R O O T
  x      U
 ---------
 T R O U T

For the discussion, I am replacing letter O with a different letter, to avoid confusion with digit 0.

   R A A T
  x      U
 ---------
 T R A U T


In the units column, T times U gives final digit T; and we know U can't be 1.  So find the possible combinations of values for (T,U) that satisfy all the conditions:
U not = 1
T, U different
T times U gives last digit T

if U=2, there is no possible value for T
if U=3, then T can only be 5: (5,3)
if U=4, there is no possible value for T
if U=5, there is no possible value for T
if U=6, then T can be any of 2, 4, or 8: (2,6)  (4,6)  (8,6)
if U=7, then T can only be 5: (5,7)
if U=8, there is no possible value for T
if U=9, then T can only be 5: (5,9)

The possible combinations for (T,U) are
(5,3)
(5,7)
(5,9)
(2,6)
(4,6)
(8,6)

Now try each combination and find the one that does not lead to a contradiction.

(T,U) = (2,6)

   R A A 2
  x      6
 ---------
 2 R A 6 2

Here, 2 times 6 in the units column is 12, giving us 2 in the units column of the product and a carry of 1.  But then in the tens column we have 6 times A plus a carry of 1 giving us digit 6 in the product.  But for any digit A, 6 times A is even, so 6 times A plus 1 is odd.

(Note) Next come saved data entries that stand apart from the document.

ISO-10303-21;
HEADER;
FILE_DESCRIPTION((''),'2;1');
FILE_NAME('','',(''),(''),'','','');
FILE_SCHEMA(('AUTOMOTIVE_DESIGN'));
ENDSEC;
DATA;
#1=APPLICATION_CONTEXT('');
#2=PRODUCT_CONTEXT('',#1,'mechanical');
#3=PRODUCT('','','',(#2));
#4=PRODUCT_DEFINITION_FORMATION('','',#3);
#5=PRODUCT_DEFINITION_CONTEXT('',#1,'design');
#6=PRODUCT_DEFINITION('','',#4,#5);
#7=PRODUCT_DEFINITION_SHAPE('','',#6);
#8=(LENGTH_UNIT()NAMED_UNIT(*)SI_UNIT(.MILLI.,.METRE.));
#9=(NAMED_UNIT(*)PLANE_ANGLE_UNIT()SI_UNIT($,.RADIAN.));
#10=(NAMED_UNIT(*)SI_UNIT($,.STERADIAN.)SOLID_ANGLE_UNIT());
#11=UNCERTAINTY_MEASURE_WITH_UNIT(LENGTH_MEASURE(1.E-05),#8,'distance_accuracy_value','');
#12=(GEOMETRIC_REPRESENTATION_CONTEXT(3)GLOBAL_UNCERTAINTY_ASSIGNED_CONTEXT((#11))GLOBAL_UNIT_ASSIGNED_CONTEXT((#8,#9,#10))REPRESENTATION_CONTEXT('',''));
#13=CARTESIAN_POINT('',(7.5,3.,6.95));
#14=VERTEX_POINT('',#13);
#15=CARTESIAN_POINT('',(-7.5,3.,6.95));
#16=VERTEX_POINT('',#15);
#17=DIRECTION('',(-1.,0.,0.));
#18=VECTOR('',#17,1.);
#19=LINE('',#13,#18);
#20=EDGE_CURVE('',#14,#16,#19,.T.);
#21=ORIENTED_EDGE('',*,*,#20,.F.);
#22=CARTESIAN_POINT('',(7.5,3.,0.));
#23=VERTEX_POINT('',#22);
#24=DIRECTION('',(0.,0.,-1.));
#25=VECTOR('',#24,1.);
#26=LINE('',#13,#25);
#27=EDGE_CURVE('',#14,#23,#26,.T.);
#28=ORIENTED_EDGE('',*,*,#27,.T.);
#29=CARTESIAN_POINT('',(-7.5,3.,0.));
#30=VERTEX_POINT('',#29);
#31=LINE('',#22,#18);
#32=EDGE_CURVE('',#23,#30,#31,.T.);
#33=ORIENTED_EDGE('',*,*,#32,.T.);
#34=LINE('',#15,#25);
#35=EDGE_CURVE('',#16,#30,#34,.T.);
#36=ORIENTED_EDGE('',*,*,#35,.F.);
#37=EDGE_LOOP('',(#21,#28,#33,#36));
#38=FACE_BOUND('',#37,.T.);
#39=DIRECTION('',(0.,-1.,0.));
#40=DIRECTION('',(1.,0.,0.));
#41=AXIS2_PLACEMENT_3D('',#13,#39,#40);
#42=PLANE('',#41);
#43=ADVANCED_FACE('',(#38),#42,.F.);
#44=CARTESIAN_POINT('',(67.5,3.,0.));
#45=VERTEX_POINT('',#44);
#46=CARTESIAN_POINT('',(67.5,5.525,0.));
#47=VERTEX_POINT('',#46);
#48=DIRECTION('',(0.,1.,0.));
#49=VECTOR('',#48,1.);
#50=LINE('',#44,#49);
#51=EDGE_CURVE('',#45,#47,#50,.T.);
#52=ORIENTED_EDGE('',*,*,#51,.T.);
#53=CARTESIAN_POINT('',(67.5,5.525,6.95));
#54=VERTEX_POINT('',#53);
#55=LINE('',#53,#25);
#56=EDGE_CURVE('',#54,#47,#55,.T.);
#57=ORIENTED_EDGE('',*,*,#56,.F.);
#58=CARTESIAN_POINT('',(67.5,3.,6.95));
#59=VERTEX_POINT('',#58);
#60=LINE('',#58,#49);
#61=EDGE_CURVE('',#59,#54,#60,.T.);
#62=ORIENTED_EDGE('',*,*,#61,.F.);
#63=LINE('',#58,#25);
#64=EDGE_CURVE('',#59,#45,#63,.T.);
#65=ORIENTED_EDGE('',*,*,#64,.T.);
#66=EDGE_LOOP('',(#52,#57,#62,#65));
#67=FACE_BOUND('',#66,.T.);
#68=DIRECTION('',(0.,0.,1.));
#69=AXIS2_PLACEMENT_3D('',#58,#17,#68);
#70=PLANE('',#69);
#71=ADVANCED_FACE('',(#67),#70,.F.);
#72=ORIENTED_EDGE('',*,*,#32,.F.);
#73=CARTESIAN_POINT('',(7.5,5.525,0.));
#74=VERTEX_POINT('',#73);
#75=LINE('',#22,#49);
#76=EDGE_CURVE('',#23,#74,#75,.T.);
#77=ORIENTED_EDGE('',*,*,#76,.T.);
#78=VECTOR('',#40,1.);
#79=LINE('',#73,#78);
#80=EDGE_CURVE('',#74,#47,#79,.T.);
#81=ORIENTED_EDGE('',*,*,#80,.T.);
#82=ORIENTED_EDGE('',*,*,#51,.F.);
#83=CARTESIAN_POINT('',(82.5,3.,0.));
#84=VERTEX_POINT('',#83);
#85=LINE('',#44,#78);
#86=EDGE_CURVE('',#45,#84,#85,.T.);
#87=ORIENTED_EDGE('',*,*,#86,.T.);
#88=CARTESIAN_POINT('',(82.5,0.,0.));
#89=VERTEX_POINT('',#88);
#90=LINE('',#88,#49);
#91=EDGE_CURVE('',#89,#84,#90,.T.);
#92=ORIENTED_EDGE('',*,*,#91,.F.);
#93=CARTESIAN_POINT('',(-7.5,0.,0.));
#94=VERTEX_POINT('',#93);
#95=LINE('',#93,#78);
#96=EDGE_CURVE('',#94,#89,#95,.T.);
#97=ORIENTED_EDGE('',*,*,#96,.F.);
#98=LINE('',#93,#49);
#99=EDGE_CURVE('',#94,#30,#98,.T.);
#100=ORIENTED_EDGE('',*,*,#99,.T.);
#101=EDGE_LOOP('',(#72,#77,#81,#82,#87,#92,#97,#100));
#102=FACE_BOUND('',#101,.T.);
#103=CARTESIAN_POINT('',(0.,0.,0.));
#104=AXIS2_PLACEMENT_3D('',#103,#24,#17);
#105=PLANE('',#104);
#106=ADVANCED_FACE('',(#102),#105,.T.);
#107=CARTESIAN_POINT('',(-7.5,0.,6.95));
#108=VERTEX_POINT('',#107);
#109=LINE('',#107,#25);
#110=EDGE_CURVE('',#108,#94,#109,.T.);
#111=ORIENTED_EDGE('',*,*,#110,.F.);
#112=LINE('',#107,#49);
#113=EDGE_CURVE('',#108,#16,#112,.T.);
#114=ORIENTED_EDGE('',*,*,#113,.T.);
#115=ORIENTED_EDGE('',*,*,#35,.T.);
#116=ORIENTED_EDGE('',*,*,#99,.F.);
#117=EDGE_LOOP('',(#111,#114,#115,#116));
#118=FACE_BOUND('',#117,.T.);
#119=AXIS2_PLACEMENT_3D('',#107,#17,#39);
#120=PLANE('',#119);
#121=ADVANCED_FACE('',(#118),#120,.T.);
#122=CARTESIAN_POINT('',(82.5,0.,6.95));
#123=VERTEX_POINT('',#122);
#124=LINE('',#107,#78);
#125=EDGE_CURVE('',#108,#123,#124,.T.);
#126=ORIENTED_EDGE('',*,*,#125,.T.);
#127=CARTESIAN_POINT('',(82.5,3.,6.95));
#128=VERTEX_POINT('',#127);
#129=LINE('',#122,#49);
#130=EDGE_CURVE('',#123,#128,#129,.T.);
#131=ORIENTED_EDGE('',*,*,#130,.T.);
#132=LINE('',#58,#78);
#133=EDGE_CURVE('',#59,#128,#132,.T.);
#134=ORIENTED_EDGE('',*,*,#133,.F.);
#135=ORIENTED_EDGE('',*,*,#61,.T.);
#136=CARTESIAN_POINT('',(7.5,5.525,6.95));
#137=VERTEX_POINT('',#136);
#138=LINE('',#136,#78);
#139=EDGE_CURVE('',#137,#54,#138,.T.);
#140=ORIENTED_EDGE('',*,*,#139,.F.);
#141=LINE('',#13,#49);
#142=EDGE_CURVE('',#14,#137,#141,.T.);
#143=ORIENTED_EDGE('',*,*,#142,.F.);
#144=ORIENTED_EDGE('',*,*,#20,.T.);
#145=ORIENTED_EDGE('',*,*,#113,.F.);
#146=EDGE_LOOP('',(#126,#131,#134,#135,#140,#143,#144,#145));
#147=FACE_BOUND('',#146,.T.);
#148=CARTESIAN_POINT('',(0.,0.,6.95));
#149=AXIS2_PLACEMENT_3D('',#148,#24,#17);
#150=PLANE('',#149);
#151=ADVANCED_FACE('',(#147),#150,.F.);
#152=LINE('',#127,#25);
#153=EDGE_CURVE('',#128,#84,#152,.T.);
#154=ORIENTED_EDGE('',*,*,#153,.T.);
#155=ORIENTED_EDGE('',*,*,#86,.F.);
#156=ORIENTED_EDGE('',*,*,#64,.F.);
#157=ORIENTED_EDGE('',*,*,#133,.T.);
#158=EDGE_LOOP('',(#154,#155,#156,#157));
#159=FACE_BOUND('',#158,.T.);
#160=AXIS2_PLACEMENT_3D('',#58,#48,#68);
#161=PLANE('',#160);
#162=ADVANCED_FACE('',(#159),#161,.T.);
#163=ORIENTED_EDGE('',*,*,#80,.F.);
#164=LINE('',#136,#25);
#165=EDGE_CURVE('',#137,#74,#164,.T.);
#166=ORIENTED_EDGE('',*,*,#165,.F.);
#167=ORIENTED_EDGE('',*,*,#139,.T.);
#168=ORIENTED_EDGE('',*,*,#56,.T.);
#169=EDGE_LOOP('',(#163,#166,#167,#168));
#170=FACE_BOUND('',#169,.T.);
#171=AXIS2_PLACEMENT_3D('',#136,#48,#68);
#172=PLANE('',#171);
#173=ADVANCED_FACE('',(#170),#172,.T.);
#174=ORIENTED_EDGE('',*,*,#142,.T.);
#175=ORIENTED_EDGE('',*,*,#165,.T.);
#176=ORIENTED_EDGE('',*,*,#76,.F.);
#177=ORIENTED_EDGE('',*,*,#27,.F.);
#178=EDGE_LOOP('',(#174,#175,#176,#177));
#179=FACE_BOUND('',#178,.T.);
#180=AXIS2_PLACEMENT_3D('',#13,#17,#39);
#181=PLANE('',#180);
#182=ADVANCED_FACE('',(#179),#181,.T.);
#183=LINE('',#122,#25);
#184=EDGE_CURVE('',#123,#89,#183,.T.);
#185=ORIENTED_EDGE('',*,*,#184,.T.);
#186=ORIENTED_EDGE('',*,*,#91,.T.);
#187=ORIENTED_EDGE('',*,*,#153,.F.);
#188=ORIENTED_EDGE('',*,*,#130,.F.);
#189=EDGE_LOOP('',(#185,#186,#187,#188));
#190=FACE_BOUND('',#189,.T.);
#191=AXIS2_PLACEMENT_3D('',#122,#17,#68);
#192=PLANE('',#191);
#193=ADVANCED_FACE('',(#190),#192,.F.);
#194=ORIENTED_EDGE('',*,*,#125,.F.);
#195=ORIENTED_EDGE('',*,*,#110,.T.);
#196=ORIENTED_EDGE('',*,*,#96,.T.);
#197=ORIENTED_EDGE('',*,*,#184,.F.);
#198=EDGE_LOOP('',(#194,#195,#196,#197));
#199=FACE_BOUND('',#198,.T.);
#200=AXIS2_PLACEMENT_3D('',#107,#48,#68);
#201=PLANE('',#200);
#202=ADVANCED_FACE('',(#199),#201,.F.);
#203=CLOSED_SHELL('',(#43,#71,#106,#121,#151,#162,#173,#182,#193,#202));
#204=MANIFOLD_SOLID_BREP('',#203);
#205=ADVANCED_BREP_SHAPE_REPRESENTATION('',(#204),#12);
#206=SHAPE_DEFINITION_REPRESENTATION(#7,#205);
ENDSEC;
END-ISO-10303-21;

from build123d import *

# Parameters (mm, degrees)
BOSS_EXTRUDE1_DEPTH = 6.95


with BuildPart() as part:
    # Sketch1 → Boss-Extrude1 (new body)
    with BuildSketch(Plane.XY):
        Polygon((-7.5, 0), (82.5, 0), (82.5, 3), (67.5, 3), (67.5, 5.525), (7.5, 5.525), (7.5, 3), (-7.5, 3), align=None)
    extrude(amount=BOSS_EXTRUDE1_DEPTH)


solid = part.part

So (T,U) = (2,6) is not a solution.

(T,U) = (5,7)

   R A A 5
  x      7
 ---------
 5 R A 7 5

Here, 5 times 7 in the units column is 35, so we have 5 in the units column of the product, with a carry of 3.
So in the tens column, we have 7 times A plus a carry of 3 giving digit 7 in the product.  The only possible value for A that gives us that is 2, which gives us a 7 in the tens column of the product and a carry of 1.  So

     1 3
   R 2 2 5
  x      7
 ---------
 5 R 2 7 5

But this gives us, in the hundreds column, 7 times 2 plus 1 giving last digit 5; but we know it has to be 2.

So (T,U) = (5,7) is not a solution.